→ Problem details
Retype, word for word, every line from the one holding "v -342.9 190.5 -88.9" through the one holding "v -419.1 -139.7 0" in the entries below, both included, and only those lines.

→ Dataset entries
* * * * * * * * *

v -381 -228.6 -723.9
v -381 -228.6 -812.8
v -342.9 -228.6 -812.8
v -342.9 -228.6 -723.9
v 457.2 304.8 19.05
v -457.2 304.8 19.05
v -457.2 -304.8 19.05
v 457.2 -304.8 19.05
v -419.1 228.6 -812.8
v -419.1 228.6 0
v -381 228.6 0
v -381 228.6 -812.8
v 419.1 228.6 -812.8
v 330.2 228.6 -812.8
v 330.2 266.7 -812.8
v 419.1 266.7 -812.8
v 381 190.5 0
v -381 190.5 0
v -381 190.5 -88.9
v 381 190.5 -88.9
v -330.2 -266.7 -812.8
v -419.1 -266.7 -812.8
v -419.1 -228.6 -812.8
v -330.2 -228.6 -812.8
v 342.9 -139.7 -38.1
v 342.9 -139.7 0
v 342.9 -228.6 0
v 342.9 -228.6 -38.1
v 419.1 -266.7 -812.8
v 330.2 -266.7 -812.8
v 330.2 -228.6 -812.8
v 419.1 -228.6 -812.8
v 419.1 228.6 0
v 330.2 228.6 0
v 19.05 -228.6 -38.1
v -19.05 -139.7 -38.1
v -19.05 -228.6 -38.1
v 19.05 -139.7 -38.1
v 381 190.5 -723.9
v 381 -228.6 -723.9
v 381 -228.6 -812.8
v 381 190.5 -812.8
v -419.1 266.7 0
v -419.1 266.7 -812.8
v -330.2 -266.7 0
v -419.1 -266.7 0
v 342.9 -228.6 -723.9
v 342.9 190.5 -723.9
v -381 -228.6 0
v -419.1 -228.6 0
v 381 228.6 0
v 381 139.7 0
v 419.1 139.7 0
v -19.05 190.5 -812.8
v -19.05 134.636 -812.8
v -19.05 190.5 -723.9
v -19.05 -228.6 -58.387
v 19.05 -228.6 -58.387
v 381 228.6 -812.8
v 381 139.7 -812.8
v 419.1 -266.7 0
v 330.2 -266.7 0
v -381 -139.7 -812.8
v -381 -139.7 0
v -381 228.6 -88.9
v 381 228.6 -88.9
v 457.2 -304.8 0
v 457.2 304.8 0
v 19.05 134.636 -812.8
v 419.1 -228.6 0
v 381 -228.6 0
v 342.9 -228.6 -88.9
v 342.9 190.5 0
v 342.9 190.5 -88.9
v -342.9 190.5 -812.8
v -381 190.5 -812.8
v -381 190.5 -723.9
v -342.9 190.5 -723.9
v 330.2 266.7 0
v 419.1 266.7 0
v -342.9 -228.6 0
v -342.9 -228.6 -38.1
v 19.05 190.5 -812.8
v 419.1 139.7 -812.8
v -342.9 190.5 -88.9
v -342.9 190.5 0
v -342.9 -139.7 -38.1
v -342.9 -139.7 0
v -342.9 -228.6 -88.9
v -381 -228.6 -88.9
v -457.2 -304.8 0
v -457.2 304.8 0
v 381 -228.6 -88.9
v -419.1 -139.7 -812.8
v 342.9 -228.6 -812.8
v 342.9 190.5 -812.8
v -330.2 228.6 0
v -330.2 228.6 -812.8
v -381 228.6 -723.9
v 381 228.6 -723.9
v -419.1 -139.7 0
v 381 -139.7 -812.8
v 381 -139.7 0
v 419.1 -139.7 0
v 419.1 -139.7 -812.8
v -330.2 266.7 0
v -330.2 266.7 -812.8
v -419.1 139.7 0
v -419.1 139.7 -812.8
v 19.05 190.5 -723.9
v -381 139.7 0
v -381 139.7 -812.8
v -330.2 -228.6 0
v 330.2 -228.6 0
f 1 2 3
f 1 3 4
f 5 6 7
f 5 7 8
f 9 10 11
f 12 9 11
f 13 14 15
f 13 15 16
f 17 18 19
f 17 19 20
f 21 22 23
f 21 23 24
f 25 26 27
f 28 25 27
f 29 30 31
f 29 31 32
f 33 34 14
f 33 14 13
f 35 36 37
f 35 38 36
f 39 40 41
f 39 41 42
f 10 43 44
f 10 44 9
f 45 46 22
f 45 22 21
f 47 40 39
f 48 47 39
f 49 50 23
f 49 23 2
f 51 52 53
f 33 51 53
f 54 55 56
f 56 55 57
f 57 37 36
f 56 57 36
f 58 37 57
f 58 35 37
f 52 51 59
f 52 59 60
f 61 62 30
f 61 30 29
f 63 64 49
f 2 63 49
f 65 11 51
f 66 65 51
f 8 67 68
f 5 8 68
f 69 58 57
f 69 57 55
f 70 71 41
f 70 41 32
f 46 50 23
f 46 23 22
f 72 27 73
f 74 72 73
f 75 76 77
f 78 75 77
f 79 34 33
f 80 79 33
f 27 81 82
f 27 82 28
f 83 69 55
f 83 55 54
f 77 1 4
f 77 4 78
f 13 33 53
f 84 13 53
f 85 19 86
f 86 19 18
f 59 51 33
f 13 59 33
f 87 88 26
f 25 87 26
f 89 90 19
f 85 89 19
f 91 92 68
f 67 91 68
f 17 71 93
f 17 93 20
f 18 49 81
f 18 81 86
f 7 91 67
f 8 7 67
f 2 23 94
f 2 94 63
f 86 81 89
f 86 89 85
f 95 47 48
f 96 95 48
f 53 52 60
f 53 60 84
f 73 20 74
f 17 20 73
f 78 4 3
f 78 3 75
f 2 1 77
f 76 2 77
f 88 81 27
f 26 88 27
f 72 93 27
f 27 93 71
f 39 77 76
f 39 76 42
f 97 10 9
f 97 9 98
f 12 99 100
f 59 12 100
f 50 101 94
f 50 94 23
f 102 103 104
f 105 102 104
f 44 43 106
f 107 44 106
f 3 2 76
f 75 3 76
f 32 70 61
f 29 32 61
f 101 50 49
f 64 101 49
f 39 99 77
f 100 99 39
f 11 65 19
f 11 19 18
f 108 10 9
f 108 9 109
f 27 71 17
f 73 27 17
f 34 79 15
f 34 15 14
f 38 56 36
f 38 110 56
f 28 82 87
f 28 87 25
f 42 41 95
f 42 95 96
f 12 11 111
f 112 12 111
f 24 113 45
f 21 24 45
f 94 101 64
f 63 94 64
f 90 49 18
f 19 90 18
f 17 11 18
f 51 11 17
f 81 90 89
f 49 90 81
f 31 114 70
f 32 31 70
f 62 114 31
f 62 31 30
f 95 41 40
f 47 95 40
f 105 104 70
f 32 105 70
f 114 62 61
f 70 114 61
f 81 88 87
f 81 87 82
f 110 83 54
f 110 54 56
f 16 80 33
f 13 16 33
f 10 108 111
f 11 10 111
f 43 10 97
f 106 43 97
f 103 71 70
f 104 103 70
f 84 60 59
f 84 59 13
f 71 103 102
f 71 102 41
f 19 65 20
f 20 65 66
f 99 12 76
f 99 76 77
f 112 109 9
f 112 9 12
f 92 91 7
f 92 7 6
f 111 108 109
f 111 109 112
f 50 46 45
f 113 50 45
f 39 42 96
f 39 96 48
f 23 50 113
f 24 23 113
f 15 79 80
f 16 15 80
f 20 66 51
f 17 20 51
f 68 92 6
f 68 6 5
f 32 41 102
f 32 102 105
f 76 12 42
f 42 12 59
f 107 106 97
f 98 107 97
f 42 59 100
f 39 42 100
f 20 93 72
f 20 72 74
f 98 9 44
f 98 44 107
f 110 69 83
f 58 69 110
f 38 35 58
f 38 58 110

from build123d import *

# Parameters (mm, degrees)
F0_W      = 914.4
F0_H      = 609.6
F1_DEPTH  = 19.05
F2_W      = 88.9
F2_H      = 38.1
F3_DEPTH  = 812.8
F4_W      = 38.1
F4_H      = 88.9
F5_DEPTH  = 812.8
F6_W      = 762
F6_H      = 88.9
F7_DEPTH  = 38.1
F8_W      = 419.1
F8_H      = 88.9
F9_DEPTH  = 38.1
F11_W     = 685.8
F11_H     = 88.9
F12_DEPTH = 38.1
F14_DEPTH = 19.05


with BuildPart() as f1:
    # F0 (on Top) → F1 (new body)
    with BuildSketch(Plane.XY):
        Rectangle(F0_W, F0_H)
    extrude(amount=F1_DEPTH)


with BuildPart() as f3:
    # F2 (on face) → F3 (new body)
    with BuildSketch(Plane(origin=(0, 0, 0), x_dir=(1, 0, 0), z_dir=(0, 0, -1))):
        with Locations((-374.65, 247.65)):
            Rectangle(F2_W, F2_H)
        with Locations((-374.65, -247.65)):
            Rectangle(F2_W, F2_H)
        with Locations((374.65, 247.65)):
            Rectangle(F2_W, F2_H)
        with Locations((374.65, -247.65)):
            Rectangle(F2_W, F2_H)
    extrude(amount=F3_DEPTH)


with BuildPart() as f5:
    # F4 (on face) → F5 (new body, through all)
    with BuildSketch(Plane(origin=(0, 0, 0), x_dir=(1, 0, 0), z_dir=(0, 0, -1))):
        with Locations((-400.05, 184.15)):
            Rectangle(F4_W, F4_H)
        with Locations((-400.05, -184.15)):
            Rectangle(F4_W, F4_H)
        with Locations((400.05, 184.15)):
            Rectangle(F4_W, F4_H)
        with Locations((400.05, -184.15)):
            Rectangle(F4_W, F4_H)
    extrude(amount=F5_DEPTH)


with BuildPart() as f7:
    # F6 (on face) → F7 (new body)
    with BuildSketch(Plane.XZ.offset(-228.6)):
        with Locations((0, -44.45)):
            Rectangle(F6_W, F6_H)
        with Locations((0, -768.35)):
            Rectangle(F6_W, F6_H)
    extrude(amount=F7_DEPTH)


with BuildPart() as f9:
    # F8 (on face) → F9 (new body)
    with BuildSketch(Plane.YZ.offset(-381)):
        with Locations((-19.05, -44.45)):
            Rectangle(F8_W, F8_H)
        with Locations((-19.05, -768.35)):
            Rectangle(F8_W, F8_H)
    extrude(amount=F9_DEPTH)


with BuildPart() as f10_1:
    # F10: instance of F9
    add(f9.part.mirror(Plane.YZ))


with BuildPart() as f12:
    # F11 (on face) → F12 (new body)
    with BuildSketch(Plane(origin=(0, 0, 0), x_dir=(1, 0, 0), z_dir=(0, 0, -1))):
        with Locations((0, 184.15)):
            Rectangle(F11_W, F11_H)
    extrude(amount=F12_DEPTH)


with BuildPart() as f14:
    # F13 (on Right) → F14 (new body, symmetric)
    with BuildSketch(Plane.YZ):
        Polygon((-228.6, -38.1), (-228.6, -58.387309), (134.63574, -812.8), (190.5, -812.8), (190.5, -723.9), (-139.7, -38.1), align=None)
    extrude(amount=F14_DEPTH, both=True)


solid = Compound([f1.part, f3.part, f5.part, f7.part, f9.part, f10_1.part, f12.part, f14.part])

* * * * * * * * *

→ Completed exercise
v -342.9 190.5 -88.9
v -342.9 190.5 0
v -342.9 -139.7 -38.1
v -342.9 -139.7 0
v -342.9 -228.6 -88.9
v -381 -228.6 -88.9
v -457.2 -304.8 0
v -457.2 304.8 0
v 381 -228.6 -88.9
v -419.1 -139.7 -812.8
v 342.9 -228.6 -812.8
v 342.9 190.5 -812.8
v -330.2 228.6 0
v -330.2 228.6 -812.8
v -381 228.6 -723.9
v 381 228.6 -723.9
v -419.1 -139.7 0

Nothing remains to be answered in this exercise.